Perpetual optimism is a force multiplier, according to Colin Powell’s 13 rules of leadership, and the late US Secretary of State’s insights lived on at the 10th Global Corporate Venturing Symposium in London.
The event brought together hundreds of the world’s best investors, who shared their unique insights about the innovations they see and how the professional development of the corporate venturing community is creating a factory-like system to incubate, accelerate, invest and partner to scale up opportunities.
In his keynote speech at the symposium, Dominique Mégret, head of Swisscom Ventures, the corporate venturing unit of Switzerland-based telecoms operator Swisscom, said that even relatively small companies and countries can succeed if they target “very ambitious and inspiring projects, the moonshots”.

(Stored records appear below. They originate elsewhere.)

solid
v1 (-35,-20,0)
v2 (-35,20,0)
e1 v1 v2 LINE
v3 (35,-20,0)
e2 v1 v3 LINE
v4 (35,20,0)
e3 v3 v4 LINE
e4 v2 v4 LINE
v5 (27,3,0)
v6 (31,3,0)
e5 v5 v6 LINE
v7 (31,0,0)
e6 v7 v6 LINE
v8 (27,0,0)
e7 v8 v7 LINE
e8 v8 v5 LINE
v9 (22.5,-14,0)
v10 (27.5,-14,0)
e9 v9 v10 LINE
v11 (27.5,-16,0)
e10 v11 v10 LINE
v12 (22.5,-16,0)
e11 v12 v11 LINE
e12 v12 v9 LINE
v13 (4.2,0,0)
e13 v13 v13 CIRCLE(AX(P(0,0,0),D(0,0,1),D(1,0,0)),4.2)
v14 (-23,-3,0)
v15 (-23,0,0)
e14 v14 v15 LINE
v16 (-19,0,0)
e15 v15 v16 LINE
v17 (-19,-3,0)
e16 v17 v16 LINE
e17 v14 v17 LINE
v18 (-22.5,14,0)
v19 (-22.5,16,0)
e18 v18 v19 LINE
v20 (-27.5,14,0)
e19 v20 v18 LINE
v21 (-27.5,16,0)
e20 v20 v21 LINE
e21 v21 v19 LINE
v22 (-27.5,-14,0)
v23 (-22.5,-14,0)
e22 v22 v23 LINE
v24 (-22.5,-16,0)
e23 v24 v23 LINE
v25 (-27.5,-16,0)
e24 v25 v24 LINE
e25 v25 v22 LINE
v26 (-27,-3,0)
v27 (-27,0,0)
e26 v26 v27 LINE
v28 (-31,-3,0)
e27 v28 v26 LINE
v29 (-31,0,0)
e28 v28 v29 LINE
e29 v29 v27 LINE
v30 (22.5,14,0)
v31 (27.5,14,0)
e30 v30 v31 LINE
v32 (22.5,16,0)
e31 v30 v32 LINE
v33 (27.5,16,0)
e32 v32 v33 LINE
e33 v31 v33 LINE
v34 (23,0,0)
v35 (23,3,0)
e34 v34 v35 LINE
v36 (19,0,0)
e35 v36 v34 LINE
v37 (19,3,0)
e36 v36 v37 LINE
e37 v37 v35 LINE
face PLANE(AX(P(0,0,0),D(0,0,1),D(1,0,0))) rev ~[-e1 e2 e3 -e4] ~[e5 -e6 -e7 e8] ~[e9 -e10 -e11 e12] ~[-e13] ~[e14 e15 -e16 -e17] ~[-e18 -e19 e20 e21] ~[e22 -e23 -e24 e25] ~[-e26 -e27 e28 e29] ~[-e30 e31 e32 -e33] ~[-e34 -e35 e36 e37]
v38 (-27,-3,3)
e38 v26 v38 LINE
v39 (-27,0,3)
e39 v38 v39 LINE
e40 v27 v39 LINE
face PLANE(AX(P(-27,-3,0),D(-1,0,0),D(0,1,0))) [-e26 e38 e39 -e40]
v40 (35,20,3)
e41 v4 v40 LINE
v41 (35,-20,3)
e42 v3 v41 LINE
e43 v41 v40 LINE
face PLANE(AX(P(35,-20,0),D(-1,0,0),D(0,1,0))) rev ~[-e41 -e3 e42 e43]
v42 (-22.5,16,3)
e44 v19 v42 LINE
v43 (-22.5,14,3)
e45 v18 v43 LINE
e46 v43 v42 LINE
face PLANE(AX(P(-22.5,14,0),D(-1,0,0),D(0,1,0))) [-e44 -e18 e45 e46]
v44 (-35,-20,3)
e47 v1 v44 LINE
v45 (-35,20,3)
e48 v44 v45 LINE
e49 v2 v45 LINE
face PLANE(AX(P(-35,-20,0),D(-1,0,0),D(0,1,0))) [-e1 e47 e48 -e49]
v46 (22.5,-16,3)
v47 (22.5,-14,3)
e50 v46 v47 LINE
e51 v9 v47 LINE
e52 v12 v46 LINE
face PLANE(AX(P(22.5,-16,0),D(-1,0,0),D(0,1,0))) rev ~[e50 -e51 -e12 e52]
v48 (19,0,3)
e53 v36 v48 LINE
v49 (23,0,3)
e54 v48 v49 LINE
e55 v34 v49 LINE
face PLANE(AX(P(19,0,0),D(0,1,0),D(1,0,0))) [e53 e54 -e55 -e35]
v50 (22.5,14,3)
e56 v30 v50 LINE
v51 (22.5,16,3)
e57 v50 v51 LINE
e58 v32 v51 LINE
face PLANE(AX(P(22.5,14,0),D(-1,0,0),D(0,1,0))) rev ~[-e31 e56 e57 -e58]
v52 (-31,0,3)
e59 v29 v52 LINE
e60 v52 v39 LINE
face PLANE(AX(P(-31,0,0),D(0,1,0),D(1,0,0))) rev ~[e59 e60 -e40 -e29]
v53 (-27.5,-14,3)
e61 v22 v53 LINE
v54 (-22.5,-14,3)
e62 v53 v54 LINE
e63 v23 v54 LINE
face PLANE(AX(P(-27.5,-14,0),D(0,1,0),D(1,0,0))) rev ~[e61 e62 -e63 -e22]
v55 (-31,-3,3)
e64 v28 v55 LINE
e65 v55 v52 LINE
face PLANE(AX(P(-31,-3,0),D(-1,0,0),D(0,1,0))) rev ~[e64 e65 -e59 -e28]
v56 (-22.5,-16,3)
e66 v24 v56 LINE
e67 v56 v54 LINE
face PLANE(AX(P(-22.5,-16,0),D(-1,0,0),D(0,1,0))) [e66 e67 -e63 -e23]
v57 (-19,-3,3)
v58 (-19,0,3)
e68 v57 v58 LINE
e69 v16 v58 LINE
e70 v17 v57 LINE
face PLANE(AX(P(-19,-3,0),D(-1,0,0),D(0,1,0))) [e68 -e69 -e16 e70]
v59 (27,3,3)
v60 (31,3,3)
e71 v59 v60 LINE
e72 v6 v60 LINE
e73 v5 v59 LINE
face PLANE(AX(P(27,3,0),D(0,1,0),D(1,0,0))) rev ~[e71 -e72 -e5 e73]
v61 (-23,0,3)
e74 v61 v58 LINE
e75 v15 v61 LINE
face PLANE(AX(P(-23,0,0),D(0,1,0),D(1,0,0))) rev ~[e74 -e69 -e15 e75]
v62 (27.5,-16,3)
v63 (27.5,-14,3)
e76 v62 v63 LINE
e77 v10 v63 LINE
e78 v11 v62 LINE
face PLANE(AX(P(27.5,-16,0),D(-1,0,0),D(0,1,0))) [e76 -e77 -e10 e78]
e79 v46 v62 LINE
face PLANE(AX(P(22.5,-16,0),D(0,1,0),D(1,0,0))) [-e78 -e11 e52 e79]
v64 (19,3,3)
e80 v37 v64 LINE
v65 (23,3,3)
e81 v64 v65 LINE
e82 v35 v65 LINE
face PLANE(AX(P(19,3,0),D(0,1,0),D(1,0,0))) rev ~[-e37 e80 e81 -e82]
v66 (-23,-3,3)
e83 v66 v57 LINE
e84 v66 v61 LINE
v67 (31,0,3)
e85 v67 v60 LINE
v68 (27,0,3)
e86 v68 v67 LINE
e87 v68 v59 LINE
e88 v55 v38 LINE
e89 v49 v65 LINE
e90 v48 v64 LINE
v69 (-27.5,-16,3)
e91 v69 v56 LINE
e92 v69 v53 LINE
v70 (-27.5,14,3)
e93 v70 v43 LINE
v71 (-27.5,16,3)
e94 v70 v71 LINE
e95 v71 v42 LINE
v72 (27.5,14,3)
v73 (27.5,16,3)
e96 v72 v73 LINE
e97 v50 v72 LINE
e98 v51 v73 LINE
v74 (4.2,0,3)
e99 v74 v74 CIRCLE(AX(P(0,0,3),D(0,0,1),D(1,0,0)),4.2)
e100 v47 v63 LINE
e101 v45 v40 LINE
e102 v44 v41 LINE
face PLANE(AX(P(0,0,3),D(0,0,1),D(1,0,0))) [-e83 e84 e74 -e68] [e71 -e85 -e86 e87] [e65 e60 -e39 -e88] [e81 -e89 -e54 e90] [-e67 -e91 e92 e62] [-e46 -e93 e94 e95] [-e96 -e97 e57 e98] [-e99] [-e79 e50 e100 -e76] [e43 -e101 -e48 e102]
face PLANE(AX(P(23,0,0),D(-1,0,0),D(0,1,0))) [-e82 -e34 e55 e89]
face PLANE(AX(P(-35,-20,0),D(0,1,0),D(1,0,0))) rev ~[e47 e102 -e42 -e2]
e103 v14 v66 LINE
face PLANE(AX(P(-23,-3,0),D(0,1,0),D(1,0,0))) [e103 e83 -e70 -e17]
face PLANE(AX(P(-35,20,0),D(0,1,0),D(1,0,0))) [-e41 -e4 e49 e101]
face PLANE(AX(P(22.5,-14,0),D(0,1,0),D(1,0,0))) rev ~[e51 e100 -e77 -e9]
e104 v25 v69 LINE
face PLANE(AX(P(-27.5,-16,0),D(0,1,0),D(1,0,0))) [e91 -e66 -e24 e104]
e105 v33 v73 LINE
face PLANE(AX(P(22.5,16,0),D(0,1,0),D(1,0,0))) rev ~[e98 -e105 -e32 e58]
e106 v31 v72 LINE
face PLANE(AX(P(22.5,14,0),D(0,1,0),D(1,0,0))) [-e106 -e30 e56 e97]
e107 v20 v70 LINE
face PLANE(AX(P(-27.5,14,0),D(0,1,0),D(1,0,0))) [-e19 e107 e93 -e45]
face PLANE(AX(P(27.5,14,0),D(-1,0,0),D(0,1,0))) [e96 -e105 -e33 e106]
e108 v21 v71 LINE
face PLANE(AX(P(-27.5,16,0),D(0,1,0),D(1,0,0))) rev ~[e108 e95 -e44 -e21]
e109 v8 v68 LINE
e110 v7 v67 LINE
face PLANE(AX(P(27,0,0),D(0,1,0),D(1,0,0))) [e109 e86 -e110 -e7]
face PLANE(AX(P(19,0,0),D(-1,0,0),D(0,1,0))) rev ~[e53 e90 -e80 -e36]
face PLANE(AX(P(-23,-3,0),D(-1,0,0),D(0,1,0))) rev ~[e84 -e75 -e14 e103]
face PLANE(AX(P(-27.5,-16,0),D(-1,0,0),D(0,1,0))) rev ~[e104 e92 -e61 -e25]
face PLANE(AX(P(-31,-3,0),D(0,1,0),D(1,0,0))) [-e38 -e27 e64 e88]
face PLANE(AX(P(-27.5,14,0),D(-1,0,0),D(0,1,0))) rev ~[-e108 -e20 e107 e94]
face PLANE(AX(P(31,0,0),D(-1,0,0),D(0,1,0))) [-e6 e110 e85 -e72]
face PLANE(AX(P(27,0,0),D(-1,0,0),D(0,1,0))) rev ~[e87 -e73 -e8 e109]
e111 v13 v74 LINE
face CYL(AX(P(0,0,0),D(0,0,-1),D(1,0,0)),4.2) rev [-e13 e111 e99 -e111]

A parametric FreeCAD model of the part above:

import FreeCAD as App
import Part
import Sketcher

doc = App.newDocument("Part")
params = doc.addObject("Spreadsheet::Sheet", "Params")
for row, (alias, value) in enumerate([
    ("sketch1_diameter", "8.4 mm"),
    ("sketch1_width", "70 mm"),
    ("sketch1_width2", "5 mm"),
    ("sketch1_width3", "4 mm"),
    ("sketch1_height", "40 mm"),
    ("pad1_length", "3 mm"),
], start=1):
    params.set(f"A{row}", alias)
    params.set(f"B{row}", "=" + value)
    params.setAlias(f"B{row}", alias)

body = doc.addObject("PartDesign::Body", "Body")

# Sketch on XY plane
sketch1 = body.newObject("Sketcher::SketchObject", "Sketch")
sketch1.AttachmentSupport = (doc.getObject("XY_Plane"), [""])
sketch1.MapMode = "FlatFace"
sketch1.addGeometry([
    Part.LineSegment(App.Vector(-35, 20, 0), App.Vector(-35, -20, 0)),  # 0
    Part.LineSegment(App.Vector(-35, -20, 0), App.Vector(35, -20, 0)),  # 1
    Part.LineSegment(App.Vector(35, -20, 0), App.Vector(35, 20, 0)),  # 2
    Part.LineSegment(App.Vector(35, 20, 0), App.Vector(-35, 20, 0)),  # 3
    Part.LineSegment(App.Vector(-22.5, -16, 0), App.Vector(-27.5, -16, 0)),  # 4
    Part.LineSegment(App.Vector(-27.5, -16, 0), App.Vector(-27.5, -14, 0)),  # 5
    Part.LineSegment(App.Vector(-27.5, -14, 0), App.Vector(-22.5, -14, 0)),  # 6
    Part.LineSegment(App.Vector(-22.5, -14, 0), App.Vector(-22.5, -16, 0)),  # 7
    Part.LineSegment(App.Vector(-27, -3, 0), App.Vector(-31, -3, 0)),  # 8
    Part.LineSegment(App.Vector(-31, -3, 0), App.Vector(-31, 0, 0)),  # 9
    Part.LineSegment(App.Vector(-31, 0, 0), App.Vector(-27, 0, 0)),  # 10
    Part.LineSegment(App.Vector(-27, 0, 0), App.Vector(-27, -3, 0)),  # 11
    Part.LineSegment(App.Vector(-19, -3, 0), App.Vector(-23, -3, 0)),  # 12
    Part.LineSegment(App.Vector(-23, -3, 0), App.Vector(-23, 0, 0)),  # 13
    Part.LineSegment(App.Vector(-23, 0, 0), App.Vector(-19, 0, 0)),  # 14
    Part.LineSegment(App.Vector(-19, 0, 0), App.Vector(-19, -3, 0)),  # 15
    Part.LineSegment(App.Vector(27.5, -16, 0), App.Vector(22.5, -16, 0)),  # 16
    Part.LineSegment(App.Vector(22.5, -16, 0), App.Vector(22.5, -14, 0)),  # 17
    Part.LineSegment(App.Vector(22.5, -14, 0), App.Vector(27.5, -14, 0)),  # 18
    Part.LineSegment(App.Vector(27.5, -14, 0), App.Vector(27.5, -16, 0)),  # 19
    Part.LineSegment(App.Vector(-22.5, 14, 0), App.Vector(-27.5, 14, 0)),  # 20
    Part.LineSegment(App.Vector(-27.5, 14, 0), App.Vector(-27.5, 16, 0)),  # 21
    Part.LineSegment(App.Vector(-27.5, 16, 0), App.Vector(-22.5, 16, 0)),  # 22
    Part.LineSegment(App.Vector(-22.5, 16, 0), App.Vector(-22.5, 14, 0)),  # 23
    Part.Circle(App.Vector(0, 0, 0), App.Vector(0, 0, 1), 4.2),  # 24
    Part.LineSegment(App.Vector(23, 0, 0), App.Vector(19, 0, 0)),  # 25
    Part.LineSegment(App.Vector(19, 0, 0), App.Vector(19, 3, 0)),  # 26
    Part.LineSegment(App.Vector(19, 3, 0), App.Vector(23, 3, 0)),  # 27
    Part.LineSegment(App.Vector(23, 3, 0), App.Vector(23, 0, 0)),  # 28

Many innovative ideas are being formed, often as spinouts or startups from student and faculty at universities, then developed and funded using some of the $22 trillion of cash on company books.
But there are two main threats facing the community. First, as Kaloyan Andonov, head of GCV Analytics, noted in his keynote speech, there has been a record number – more than 1,000 – corporations doing their first CVC deal through the pandemic.
Diluting professionalism
This massive increase in new units risks diluting the growing reputation for professionalism and competence in the corporate venturing community during the past decade.
Greater experience of investing and the GCV Institute, which trains business units and management on how to land the value of corporate venturing and go beyond venture investing into business development, have reaped enormous rewards for the committed. But a large wave of inexperienced CVCs risks entrepreneurs being unsure whom to trust and with other venture investors leaping on the opportunities there is a risk it could damage the entire sector, tarring everyone with the same brush of “dumb money”.
This leads to the second concern: the mindshare that good CVCs have with the best entrepreneurs is weakening, as capital flows towards them from multiple directions.
When tracking CVC deal volumes and values against the broader venture data recorded by Pitchbook, there is a clear decline in the percentage of total money in rounds that now include at least one corporate over the past three to four years.
The scale-up in the venture ecosystem in the 2010s – to about $1.37 trillion according to Pitchbook – was primarily because corporations were involved in up to 75% of all rounds by deal value in the latter part of the decade, according to GCV analysis.
Corporations scaled up and professionalised the industry, with China-based Tencent investing almost all its free cashflow of about $10bn per year in CVC deals, according to managing partner Jeffrey Li and hence building up at least 160 unicorn portfolio companies. SoftBank’s ability to raise almost $100bn for its first Vision Fund showed venture was scalable and no longer a cottage industry for lifestyle-focused dilettantes.
Now, other types of professional investors see the opportunities to invest more and faster. Tiger Global Management has reportedly attracted $8.8bn in the first close of its biggest venture fund on record, according to Bloomberg. The fundraising brings Tiger’s assets to about $95bn, up from $28bn in 2018.
Data from Silicon Valley Bank in its state of the markets report at the GCV Symposium indicates about half of all money going into rounds now includes the biggest hedge funds and VCs, such as Accel, Coatue and Tiger and massively scaling up all round sizes. Sequoia’s public fund move to create an evergreen model promises even more money into the ecosystem.
This pressure is forcing out earlier investors, such as corporations ahead of initial public offerings, while valuation increases for private and recently public companies, such as 23&Me or Rivian, are such that they can no longer be afforded by corporations, according to Bayer’s Marianne De Backer in her fireside chat at the GCV Symposium.
This encourages CVCs to invest earlier or try venture building to develop opportunities – a riskier proposition and harder to develop partnerships with business units or certainty around strategic fit. These deals can be successful, but they can also take decades to play out and if disruption or a downturn hits, then the pipeline of returns can look barren.
Long-term investing
But investing and building teams for the longer-term surely pays off and this is where optimism could be warranted.
GCV has run some numbers for its second book, Transformative Innovation, co-authored by Christine Gulbranson, venture capitalist and former CEO of Sergey Brin’s family office, as well as ex-chief innovation officer at the University of California System.
It shows how over 20 years there is a marked correlation with CVC as an indicator of innovation for the corporation. Those that fail to retain or support exceptional corporate venturing talent are likely to struggle.
And their shareholders will take notice. BlackRock, the world’s largest shareholder in public companies, described how even its CEO, Larry Fink, has started to take CEOs to task for their failures.
The past quarter of a century has seen a failure of these institutional investors to recognise that companies paying back more in buybacks and dividends to current shareholders has been denuding these businesses of the armour needed to fit the ‘innovation wars’.
If this changes and more flows to innovation, then corporate venturing should do well and be supported. But it will only happen if the industry continues to invest as much internally on its professional development and benchmarks itself rigorously to communicate with management and entrepreneurs how and why they add value and are competent.